# My one-year-old puppy is still losing teeth... And they aren't growing back!



## katiepatie (Apr 8, 2013)

Okay, before you all say, "Take him to the vet", you should know that I did. The vet said his teeth are fine and don't need a cleaning or anything yet. He's a great vet and I trust his judgement but he sorta just shrugged it off when I told him about my pup losing teeth.

I have a mutt and he's lost a few premolars. No molars, incisors, or canines have been lost and it's only bottom teeth coming out. His gums are fine and his breath isn't unnaturally smelly. I brush his teeth a couple times a week. I don't understand why he's losing teeth! They look like puppy teeth, but they don't grow back! I'm frustrated. 

I heard somewhere that certain breeds sometimes don't have as many teeth (42) as is standard for other breeds. My E may have some of those breeds in him? I don't know. The tooth he just lost maybe a day or two ago was pearly white and itty bitty!

I may take him BACK to the vet but I wanted to hear some of y'all's opinions, too, since my vet seems to think it's not a big deal.. 

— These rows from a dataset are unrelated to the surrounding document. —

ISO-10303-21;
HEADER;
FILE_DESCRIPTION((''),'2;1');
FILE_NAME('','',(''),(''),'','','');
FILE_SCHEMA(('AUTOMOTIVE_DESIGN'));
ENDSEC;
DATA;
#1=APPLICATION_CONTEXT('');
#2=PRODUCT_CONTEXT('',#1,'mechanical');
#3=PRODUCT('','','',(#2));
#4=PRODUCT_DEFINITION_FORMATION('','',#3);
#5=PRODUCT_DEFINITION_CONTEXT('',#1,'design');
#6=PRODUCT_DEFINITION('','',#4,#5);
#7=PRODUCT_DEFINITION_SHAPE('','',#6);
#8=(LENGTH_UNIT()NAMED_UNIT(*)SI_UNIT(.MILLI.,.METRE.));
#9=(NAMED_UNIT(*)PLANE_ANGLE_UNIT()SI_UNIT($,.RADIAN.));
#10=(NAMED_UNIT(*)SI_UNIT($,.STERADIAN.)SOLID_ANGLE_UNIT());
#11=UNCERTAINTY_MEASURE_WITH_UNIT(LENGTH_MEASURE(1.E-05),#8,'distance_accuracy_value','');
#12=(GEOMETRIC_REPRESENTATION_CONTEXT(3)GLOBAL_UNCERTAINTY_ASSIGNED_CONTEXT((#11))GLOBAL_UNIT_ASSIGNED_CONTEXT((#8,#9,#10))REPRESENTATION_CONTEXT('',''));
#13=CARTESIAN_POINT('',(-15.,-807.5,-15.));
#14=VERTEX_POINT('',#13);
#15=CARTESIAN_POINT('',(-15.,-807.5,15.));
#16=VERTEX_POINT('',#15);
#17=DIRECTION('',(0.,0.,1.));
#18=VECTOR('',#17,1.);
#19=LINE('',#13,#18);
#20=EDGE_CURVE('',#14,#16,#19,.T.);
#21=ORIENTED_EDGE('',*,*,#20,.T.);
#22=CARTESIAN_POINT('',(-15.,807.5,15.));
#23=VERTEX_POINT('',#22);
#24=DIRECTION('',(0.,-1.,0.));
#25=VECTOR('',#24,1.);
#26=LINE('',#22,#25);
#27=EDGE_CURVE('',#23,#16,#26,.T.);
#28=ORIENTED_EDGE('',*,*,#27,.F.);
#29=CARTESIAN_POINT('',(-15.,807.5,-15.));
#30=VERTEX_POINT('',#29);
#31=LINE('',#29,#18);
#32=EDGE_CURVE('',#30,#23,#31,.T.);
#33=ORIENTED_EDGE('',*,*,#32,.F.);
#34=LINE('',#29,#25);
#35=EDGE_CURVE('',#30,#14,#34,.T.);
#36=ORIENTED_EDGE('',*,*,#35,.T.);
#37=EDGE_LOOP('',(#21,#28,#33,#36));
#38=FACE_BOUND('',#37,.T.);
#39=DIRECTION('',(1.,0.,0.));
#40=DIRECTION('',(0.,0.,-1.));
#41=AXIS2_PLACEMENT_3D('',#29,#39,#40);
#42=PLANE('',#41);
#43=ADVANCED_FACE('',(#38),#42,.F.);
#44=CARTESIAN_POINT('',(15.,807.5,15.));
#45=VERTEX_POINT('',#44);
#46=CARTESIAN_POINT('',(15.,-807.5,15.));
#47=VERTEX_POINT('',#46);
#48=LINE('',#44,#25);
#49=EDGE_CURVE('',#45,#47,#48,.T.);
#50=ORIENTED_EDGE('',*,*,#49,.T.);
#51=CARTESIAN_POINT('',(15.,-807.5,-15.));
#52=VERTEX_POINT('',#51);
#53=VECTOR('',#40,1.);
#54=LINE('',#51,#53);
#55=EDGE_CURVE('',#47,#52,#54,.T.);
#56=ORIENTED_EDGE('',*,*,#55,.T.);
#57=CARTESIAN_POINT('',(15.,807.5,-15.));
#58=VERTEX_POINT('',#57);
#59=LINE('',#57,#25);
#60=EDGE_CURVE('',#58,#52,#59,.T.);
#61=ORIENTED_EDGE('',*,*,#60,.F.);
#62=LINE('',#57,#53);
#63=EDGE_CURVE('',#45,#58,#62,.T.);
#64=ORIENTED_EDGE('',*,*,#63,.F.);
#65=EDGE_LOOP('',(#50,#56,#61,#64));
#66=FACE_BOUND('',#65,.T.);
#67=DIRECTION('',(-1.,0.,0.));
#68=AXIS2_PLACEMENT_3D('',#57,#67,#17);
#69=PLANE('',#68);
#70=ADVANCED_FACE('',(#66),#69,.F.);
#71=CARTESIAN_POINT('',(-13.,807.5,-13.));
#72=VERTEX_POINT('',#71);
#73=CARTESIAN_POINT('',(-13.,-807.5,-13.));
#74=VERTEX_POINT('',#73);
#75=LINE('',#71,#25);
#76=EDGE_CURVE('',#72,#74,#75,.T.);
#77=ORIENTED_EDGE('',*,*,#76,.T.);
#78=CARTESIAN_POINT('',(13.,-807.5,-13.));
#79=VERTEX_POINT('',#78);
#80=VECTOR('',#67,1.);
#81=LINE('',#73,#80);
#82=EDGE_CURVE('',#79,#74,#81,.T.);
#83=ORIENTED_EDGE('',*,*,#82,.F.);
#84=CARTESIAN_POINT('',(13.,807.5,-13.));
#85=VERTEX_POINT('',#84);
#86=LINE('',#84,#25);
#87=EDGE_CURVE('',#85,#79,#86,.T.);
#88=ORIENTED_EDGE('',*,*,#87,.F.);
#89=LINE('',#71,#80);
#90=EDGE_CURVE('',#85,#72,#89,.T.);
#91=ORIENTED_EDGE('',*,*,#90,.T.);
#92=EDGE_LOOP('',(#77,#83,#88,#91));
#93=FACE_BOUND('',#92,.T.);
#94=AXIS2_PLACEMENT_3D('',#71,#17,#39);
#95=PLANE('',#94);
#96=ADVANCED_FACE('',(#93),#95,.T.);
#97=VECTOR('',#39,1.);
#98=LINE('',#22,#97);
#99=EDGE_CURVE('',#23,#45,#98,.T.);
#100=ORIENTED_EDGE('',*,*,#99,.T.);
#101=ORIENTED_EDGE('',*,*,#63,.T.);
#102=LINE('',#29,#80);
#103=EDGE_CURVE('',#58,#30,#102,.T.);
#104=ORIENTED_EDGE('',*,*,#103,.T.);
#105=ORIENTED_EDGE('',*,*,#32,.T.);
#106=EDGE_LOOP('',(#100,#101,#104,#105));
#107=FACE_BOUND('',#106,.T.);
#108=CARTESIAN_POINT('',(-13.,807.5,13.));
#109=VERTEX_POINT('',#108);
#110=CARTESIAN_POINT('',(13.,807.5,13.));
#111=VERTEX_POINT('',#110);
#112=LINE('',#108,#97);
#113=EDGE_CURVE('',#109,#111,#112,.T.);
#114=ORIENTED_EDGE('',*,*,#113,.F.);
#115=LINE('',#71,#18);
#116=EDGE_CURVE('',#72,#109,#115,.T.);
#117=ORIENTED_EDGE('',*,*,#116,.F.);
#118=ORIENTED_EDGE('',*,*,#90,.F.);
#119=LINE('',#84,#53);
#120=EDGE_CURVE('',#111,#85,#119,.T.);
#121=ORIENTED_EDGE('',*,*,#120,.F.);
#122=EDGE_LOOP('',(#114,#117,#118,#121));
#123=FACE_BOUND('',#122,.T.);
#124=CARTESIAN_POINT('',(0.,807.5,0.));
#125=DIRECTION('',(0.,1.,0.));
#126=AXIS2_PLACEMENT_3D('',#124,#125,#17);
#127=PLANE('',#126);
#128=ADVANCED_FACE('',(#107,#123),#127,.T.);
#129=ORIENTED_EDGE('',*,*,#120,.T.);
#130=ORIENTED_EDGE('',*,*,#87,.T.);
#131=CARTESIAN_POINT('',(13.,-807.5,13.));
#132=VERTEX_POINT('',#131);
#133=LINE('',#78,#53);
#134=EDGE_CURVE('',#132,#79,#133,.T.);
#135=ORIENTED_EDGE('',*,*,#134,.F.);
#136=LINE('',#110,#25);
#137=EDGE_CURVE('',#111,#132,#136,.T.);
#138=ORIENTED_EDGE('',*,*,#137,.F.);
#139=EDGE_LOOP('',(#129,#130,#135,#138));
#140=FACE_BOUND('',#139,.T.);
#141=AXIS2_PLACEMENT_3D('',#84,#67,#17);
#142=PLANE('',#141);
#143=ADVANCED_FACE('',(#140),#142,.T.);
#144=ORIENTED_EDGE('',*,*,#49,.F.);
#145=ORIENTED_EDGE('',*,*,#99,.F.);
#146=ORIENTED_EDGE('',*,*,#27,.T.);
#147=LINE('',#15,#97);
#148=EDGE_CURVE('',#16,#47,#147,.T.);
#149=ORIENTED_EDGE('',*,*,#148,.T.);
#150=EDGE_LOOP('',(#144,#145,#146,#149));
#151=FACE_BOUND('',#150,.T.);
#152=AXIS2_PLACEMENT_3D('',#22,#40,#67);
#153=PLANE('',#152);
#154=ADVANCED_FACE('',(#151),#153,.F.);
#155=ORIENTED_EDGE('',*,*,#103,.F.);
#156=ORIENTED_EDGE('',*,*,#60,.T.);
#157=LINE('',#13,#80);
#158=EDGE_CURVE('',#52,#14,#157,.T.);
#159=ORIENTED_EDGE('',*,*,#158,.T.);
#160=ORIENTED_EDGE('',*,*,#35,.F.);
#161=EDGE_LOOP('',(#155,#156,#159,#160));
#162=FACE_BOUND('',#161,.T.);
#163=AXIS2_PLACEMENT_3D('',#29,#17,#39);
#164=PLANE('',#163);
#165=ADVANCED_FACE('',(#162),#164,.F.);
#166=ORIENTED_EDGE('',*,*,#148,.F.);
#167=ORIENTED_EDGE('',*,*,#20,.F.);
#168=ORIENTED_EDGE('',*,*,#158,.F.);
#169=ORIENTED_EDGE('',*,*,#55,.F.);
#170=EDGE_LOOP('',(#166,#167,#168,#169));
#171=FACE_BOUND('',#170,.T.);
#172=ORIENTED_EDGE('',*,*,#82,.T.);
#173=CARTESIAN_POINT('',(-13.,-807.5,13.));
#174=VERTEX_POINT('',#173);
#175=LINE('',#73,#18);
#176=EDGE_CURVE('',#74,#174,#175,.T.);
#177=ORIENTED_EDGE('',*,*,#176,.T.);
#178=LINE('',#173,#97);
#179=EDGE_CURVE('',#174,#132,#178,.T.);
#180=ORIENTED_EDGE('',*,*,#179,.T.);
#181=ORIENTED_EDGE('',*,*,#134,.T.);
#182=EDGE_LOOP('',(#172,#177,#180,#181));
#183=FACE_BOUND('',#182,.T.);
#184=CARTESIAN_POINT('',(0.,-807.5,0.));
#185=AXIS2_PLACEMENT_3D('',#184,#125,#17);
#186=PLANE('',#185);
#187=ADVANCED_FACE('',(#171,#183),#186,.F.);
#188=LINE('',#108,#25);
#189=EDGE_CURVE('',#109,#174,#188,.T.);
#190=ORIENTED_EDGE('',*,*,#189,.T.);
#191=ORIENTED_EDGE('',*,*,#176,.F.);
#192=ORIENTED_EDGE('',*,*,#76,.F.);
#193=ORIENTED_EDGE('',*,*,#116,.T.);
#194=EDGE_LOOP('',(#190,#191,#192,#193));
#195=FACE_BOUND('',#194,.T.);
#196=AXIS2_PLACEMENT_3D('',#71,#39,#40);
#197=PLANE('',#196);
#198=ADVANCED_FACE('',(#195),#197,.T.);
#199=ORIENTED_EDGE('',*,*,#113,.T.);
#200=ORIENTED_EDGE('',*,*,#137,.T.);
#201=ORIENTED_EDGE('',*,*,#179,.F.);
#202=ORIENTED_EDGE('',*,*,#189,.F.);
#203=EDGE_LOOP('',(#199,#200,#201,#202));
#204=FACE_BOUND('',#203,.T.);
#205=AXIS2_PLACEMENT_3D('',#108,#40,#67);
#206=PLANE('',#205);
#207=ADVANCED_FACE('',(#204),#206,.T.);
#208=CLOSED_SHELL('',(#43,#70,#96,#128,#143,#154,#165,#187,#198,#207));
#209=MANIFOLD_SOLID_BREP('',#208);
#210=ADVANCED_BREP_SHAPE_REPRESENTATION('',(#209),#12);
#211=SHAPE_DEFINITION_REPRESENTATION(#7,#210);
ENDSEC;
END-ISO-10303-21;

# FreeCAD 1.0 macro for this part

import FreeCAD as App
import Part
import Sketcher
from FreeCAD import Vector
Q = App.Units.Quantity


def add_polygon(sketch, points):
    """Adds a closed chain of lines whose ends are joined by coincident constraints."""
    first, n = sketch.GeometryCount, len(points)
    for a, b in zip(points, points[1:] + points[:1]):
        sketch.addGeometry(Part.LineSegment(App.Vector(*a, 0), App.Vector(*b, 0)), False)
    for i in range(n):
        sketch.addConstraint(Sketcher.Constraint("Coincident", first + i, 2, first + (i + 1) % n, 1))

doc = App.newDocument("Part")
body = doc.addObject("PartDesign::Body", "Body")

# Sketch on XZ plane
sketch1 = body.newObject("Sketcher::SketchObject", "Sketch")
sketch1.AttachmentSupport = (doc.getObject("XZ_Plane"), [""])
sketch1.MapMode = "FlatFace"
add_polygon(sketch1, [(-15, -15), (-15, 15), (15, 15), (15, -15)])  # lines 0-3
add_polygon(sketch1, [(13, 13), (-13, 13), (-13, -13), (13, -13)])  # lines 4-7
sketch1.addConstraint([
    Sketcher.Constraint("Vertical", 0),
    Sketcher.Constraint("Horizontal", 1),
    Sketcher.Constraint("Vertical", 2),
    Sketcher.Constraint("Horizontal", 3),
    Sketcher.Constraint("Horizontal", 4),
    Sketcher.Constraint("Vertical", 5),
    Sketcher.Constraint("Horizontal", 6),
    Sketcher.Constraint("Vertical", 7),
    Sketcher.Constraint("Symmetric", 0, 2, 2, 2, -1, 1),
    Sketcher.Constraint("Symmetric", 4, 2, 6, 2, -1, 1),
    Sketcher.Constraint("Equal", 3, 0),
    Sketcher.Constraint("Equal", 6, 5),
    Sketcher.Constraint("DistanceX", 1, 1, 1, 2, Q("30 mm")),
    Sketcher.Constraint("DistanceX", 4, 2, 4, 1, Q("26 mm")),
])
pad1 = body.newObject("PartDesign::Pad", "Pad")
pad1.Profile = sketch1
pad1.Length = 1615
pad1.Midplane = True

doc.recompute()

Anything you know would be helpful!

Thanks...


----------



## WonderBreadDots (Jun 26, 2012)

You could go to another vet and see if they are of the same opinion. If the teeth are tiny, maybe they are puppy teeth and your dog is a late bloomer.


----------



## Gogoclips (Apr 27, 2013)

How long have you had him? Everything sounds like teething to me, except the age. Could the people you got him from have overestimated his age? When the premolars and molars fall out they take forever to come back in. How long has his been out for? For a full week and a half my boy had no upper or lower premolars. He lost them all around the same time. He would try to mouth us but end up gumming us like he was a baby. Do you know if your dog is full grown yet? It is possible that if he is a large breed dog he matures slower.


----------



## sassafras (Jun 22, 2010)

I was also wondering if the age estimate could be a bit off.


----------



## katiepatie (Apr 8, 2013)

Well I have had him for nine months, almost ten. They said he was 2 1/2 months old when I got him but I think he was younger than that. That makes him a year on June 15th. That is what puzzles me. He is definitely over nine months old and should not be losing teeth.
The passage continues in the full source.